*** RECORDED DATA Section Begins ***

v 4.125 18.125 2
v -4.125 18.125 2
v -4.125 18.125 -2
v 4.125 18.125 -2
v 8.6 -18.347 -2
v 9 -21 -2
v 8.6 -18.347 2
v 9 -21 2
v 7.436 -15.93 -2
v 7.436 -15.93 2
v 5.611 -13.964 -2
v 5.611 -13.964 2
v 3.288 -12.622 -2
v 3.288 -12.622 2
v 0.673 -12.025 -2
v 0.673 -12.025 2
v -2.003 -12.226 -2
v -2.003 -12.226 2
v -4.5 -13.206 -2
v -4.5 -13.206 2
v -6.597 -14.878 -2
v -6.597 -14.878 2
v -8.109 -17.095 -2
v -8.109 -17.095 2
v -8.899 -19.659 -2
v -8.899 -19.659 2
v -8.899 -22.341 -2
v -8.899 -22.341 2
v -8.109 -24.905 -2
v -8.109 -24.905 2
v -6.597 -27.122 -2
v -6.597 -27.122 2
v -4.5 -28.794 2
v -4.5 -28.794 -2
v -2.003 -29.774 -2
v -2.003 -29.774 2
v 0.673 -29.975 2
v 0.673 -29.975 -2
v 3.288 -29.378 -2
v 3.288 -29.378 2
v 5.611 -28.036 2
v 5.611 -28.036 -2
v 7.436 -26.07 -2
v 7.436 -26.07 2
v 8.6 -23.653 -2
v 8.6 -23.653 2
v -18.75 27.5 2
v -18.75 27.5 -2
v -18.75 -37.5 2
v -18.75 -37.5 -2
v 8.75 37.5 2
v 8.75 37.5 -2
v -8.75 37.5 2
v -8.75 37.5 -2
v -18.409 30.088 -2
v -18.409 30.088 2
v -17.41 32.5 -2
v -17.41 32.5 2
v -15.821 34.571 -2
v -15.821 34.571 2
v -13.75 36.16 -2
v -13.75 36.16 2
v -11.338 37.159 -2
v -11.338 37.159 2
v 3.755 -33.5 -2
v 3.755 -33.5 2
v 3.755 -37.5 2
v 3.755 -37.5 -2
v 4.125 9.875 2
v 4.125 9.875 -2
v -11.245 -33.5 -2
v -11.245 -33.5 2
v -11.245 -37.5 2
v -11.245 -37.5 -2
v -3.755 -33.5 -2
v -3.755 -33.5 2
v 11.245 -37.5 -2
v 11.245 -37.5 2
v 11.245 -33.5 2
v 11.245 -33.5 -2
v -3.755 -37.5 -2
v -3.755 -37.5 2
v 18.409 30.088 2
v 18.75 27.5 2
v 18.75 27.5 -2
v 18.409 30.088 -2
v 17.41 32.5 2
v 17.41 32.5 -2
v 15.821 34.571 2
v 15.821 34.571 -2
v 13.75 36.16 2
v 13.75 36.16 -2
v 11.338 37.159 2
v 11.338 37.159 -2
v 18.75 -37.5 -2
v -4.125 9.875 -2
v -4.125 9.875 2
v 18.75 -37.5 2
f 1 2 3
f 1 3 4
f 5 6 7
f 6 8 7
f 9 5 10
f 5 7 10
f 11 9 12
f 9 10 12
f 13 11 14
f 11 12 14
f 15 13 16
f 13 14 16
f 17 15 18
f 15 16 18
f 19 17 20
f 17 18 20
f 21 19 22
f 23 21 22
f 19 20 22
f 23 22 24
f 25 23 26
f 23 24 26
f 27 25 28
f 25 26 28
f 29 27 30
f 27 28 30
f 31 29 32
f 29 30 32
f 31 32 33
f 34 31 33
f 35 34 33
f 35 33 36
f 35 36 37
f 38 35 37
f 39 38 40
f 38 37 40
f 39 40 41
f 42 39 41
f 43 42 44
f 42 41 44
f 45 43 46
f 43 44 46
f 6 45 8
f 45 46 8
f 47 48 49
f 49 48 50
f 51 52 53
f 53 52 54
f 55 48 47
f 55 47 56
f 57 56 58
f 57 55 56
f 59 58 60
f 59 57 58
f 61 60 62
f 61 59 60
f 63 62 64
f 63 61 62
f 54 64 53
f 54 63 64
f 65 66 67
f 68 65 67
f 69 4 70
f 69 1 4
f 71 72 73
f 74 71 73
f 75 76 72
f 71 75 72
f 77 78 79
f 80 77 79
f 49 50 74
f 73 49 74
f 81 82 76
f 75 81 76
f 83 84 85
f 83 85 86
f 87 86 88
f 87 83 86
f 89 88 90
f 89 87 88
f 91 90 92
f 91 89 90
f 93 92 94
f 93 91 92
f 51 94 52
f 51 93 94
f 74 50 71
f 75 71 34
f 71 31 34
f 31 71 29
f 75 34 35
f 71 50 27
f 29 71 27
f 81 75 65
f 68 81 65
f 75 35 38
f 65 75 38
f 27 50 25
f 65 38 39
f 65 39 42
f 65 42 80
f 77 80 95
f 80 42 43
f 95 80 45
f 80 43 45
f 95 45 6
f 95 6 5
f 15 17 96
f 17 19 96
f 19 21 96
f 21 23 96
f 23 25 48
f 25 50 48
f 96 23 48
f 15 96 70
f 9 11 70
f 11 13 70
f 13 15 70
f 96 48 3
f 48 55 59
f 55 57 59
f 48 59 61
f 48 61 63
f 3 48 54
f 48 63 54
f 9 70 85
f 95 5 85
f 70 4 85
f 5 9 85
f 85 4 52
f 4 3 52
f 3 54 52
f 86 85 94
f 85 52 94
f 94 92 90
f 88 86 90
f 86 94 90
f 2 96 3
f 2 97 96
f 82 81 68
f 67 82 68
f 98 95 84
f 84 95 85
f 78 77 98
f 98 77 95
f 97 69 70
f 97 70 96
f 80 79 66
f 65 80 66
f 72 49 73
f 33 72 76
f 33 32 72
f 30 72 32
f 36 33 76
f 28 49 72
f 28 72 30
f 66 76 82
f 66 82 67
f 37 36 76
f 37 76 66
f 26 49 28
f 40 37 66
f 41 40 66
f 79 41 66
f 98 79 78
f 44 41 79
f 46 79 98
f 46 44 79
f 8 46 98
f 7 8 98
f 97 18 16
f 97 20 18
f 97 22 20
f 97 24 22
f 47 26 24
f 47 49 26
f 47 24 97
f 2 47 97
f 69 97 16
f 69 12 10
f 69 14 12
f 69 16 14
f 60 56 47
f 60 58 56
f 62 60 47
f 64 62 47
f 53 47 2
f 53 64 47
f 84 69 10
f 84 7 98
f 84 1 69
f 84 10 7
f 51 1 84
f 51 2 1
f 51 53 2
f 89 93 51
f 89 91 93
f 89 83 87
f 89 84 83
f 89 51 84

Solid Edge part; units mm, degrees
sketch "Sketch1" plane through (0, 0, 0) normal (0, 0, 1) x (1, 0, 0)
  line L0 (-18.75, -37.5) -> (18.75, -37.5)
  line L1 (18.75, -37.5) -> (18.75, 37.5)
  line L2 (18.75, 37.5) -> (-18.75, 37.5)
  line L3 (-18.75, 37.5) -> (-18.75, -37.5)
  dimension "D1" = 37.5
  dimension "D2" = 75
extrude "Protrusion1" add sketch "Sketch1" along normal mid plane 4
sketch "Sketch2" plane through (0, 0, 2) normal (0, 0, 1) x (1, 0, 0)
  line L0 (3.755, -37.5) -> (11.245, -37.5)
  line L1 (11.245, -37.5) -> (11.245, -33.5)
  line L2 (11.245, -33.5) -> (3.755, -33.5)
  line L3 (3.755, -33.5) -> (3.755, -37.5)
  line L4 (-11.245, -37.5) -> (-3.755, -37.5)
  line L5 (-3.755, -37.5) -> (-3.755, -33.5)
  line L6 (-3.755, -33.5) -> (-11.245, -33.5)
  line L7 (-11.245, -33.5) -> (-11.245, -37.5)
  dimension "D1" = 7.49
  dimension "D2" = 7.49
  dimension "D3" = 15
  dimension "D4" = 4
  dimension "D5" = 4
  dimension "D6" = 11.25
extrude "Extrusionsausschnitt_1" cut sketch "Sketch2" against normal blind 8
sketch "Sketch3" plane through (0, 0, 2) normal (0, 0, 1) x (1, 0, 0)
  line L0 (-4.125, 18.125) -> (4.125, 18.125)
  line L1 (4.125, 18.125) -> (4.125, 9.875)
  line L2 (4.125, 9.875) -> (-4.125, 9.875)
  line L3 (-4.125, 9.875) -> (-4.125, 18.125)
  dimension "D1" = 8.25
  dimension "D2" = 8.25
  dimension "D3" = 23.5
  dimension "D4" = 18.75
extrude "Extrusionsausschnitt_2" cut sketch "Sketch3" against normal blind 44
fillet "Verrundung_1" radius 10 2 edges at (18.75, 37.5, 0) (-18.75, 37.5, 0)
sketch "Sketch4" plane through (0, 0, 2) normal (0, 0, 1) x (1, 0, 0)
  circle A0 centre (0, -21) radius 9
  dimension "D1" = 18
  dimension "D2" = 12.5
extrude "Extrusionsausschnitt_3" cut sketch "Sketch4" against normal blind 148
properties material "Holz, Kiefer"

*** RECORDED DATA Section Ends ***

▶ _WHAT YOU NEED TO DO_: The stopping point is the line containing "v 3.288 -12.622 2". Reproduce exactly every line of the material from the first through that one.

▶ _RESPONSE TO THE EXERCISE_:
v 4.125 18.125 2
v -4.125 18.125 2
v -4.125 18.125 -2
v 4.125 18.125 -2
v 8.6 -18.347 -2
v 9 -21 -2
v 8.6 -18.347 2
v 9 -21 2
v 7.436 -15.93 -2
v 7.436 -15.93 2
v 5.611 -13.964 -2
v 5.611 -13.964 2
v 3.288 -12.622 -2
v 3.288 -12.622 2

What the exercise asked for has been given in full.